The reason this occurs is that the mimemail function expects one of two parameters, either a plaintext string or a NULL value so that mimemail can auto-generate a plaintext alternative. The mailout code puts a empty string value in there which overrides any auto-generation functionality. The fix is to check to see whether the plaintext field in the form has any data and if so provide it to the mimemail function, if not allow mimemail to auto-generate its own.
As requested here is the code, rather than a patch (how un-Drupal of me, I feel naughty!):
// Send mail
if (!$data['user_html'] || !$data['html']) {
// If either the user or the email is plain text, then send in plain text.

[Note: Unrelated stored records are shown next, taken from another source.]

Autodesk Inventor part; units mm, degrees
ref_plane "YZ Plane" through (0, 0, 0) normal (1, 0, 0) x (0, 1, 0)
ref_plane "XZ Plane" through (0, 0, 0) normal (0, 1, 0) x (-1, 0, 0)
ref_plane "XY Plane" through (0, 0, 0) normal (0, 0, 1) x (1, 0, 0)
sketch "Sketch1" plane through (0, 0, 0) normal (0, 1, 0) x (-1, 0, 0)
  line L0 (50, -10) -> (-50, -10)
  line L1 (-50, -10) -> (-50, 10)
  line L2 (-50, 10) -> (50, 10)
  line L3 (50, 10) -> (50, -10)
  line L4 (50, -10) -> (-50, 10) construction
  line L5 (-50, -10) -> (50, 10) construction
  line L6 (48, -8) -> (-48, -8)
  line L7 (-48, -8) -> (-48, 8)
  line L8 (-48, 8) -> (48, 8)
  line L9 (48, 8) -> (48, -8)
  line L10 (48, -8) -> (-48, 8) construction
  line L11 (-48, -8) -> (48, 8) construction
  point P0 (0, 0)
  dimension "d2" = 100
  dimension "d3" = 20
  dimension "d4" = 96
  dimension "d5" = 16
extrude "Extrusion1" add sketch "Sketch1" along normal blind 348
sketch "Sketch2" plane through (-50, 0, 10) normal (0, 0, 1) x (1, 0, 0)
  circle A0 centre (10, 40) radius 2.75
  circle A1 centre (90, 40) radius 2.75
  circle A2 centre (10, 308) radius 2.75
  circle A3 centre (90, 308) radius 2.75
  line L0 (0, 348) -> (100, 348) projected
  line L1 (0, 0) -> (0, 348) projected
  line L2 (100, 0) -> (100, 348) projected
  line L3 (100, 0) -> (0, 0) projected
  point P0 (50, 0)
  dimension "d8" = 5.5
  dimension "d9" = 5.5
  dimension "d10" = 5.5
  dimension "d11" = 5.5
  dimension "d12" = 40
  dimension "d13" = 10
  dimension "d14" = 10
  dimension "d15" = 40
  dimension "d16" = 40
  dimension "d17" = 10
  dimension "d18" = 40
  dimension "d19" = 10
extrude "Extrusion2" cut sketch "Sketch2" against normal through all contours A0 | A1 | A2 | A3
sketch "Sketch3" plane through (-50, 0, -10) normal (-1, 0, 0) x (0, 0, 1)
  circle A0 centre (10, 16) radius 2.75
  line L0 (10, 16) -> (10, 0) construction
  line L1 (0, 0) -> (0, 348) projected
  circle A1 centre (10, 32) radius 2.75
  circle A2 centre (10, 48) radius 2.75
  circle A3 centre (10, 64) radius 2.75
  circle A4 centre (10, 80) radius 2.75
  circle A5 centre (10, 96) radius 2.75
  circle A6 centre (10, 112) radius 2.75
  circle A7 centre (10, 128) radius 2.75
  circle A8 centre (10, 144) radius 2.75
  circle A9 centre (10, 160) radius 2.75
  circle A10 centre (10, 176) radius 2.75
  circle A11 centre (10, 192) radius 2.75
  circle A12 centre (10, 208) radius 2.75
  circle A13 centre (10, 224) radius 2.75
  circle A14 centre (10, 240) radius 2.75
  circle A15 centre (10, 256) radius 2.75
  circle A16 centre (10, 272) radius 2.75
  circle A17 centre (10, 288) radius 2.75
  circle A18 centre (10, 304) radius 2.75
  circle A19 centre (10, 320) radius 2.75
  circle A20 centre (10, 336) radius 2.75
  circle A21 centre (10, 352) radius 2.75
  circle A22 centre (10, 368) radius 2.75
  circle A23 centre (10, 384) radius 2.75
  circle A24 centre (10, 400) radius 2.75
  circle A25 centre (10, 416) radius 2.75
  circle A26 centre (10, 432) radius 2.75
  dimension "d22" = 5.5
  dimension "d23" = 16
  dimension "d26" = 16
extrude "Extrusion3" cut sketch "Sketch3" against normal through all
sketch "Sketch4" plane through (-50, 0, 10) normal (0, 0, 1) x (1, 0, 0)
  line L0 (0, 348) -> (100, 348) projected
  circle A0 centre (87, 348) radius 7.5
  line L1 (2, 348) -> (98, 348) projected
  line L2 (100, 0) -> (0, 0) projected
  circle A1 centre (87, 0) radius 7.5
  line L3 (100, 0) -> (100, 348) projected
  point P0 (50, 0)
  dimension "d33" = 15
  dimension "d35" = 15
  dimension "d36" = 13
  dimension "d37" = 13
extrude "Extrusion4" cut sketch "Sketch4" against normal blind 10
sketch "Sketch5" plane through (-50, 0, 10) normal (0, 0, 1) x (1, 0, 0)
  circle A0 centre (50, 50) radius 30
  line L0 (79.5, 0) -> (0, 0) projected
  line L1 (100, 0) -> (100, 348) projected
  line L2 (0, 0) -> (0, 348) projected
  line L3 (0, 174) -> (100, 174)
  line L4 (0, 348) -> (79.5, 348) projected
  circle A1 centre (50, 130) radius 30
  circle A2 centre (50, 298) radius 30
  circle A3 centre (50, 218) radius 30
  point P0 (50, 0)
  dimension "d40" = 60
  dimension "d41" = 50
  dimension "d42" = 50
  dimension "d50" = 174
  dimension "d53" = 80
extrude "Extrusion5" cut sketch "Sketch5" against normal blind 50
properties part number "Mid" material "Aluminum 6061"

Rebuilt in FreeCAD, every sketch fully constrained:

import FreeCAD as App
import Part
import Sketcher
Q = App.Units.Quantity


def add_polygon(sketch, points):
    """Adds a closed chain of lines whose ends are joined by coincident constraints."""
    first, n = sketch.GeometryCount, len(points)
    for a, b in zip(points, points[1:] + points[:1]):
        sketch.addGeometry(Part.LineSegment(App.Vector(*a, 0), App.Vector(*b, 0)), False)
    for i in range(n):
        sketch.addConstraint(Sketcher.Constraint("Coincident", first + i, 2, first + (i + 1) % n, 1))

doc = App.newDocument("Part")
body = doc.addObject("PartDesign::Body", "Body")

# Sketch on XZ plane
sketch1 = body.newObject("Sketcher::SketchObject", "Sketch")
sketch1.AttachmentSupport = (doc.getObject("XZ_Plane"), [""])
sketch1.MapMode = "FlatFace"
add_polygon(sketch1, [(50, -10), (-50, -10), (-50, 10), (50, 10)])  # lines 0-3
add_polygon(sketch1, [(-48, 8), (-48, -8), (48, -8), (48, 8)])  # lines 4-7
sketch1.addConstraint(Sketcher.Constraint("Horizontal", 0))
sketch1.addConstraint(Sketcher.Constraint("Vertical", 1))
sketch1.addConstraint(Sketcher.Constraint("Horizontal", 2))
sketch1.addConstraint(Sketcher.Constraint("Vertical", 3))
sketch1.addConstraint(Sketcher.Constraint("Vertical", 4))
sketch1.addConstraint(Sketcher.Constraint("Horizontal", 5))
sketch1.addConstraint(Sketcher.Constraint("Vertical", 6))
sketch1.addConstraint(Sketcher.Constraint("Horizontal", 7))
sketch1.addConstraint(Sketcher.Constraint("Symmetric", 0, 2, 2, 2, -1, 1))
sketch1.addConstraint(Sketcher.Constraint("Symmetric", 4, 2, 6, 2, -1, 1))
sketch1.addConstraint(Sketcher.Constraint("DistanceX", 0, 2, 0, 1, Q("100 mm")))
sketch1.addConstraint(Sketcher.Constraint("DistanceX", 5, 1, 5, 2, Q("96 mm")))
sketch1.addConstraint(Sketcher.Constraint("DistanceY", 1, 1, 1, 2, Q("20 mm")))
sketch1.addConstraint(Sketcher.Constraint("DistanceY", 4, 2, 4, 1, Q("16 mm")))
pad1 = body.newObject("PartDesign::Pad", "Pad")
pad1.Profile = sketch1
pad1.Length = 348
pad1.Reversed = True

$success = mimemail($data['email_from'], $data['email_to'], $data['email_subject'], $final_email_body, TRUE, array(), $final_plain);
}
else {
if ($data['email_plain']) {
$success = mimemail($data['email_from'], $data['email_to'], $data['email_subject'], $final_email_body, FALSE, array(), $final_plain, unserialize($data['attachments']));
}
else {
$success = mimemail($data['email_from'], $data['email_to'], $data['email_subject'], $final_email_body, FALSE, array(), NULL, unserialize($data['attachments']));
}
}
Comments
Comment #1
simeLet me find my spanking stick... actually I'm a hack coder and so patches (unless exceedingly lengthy) don't help me half the time.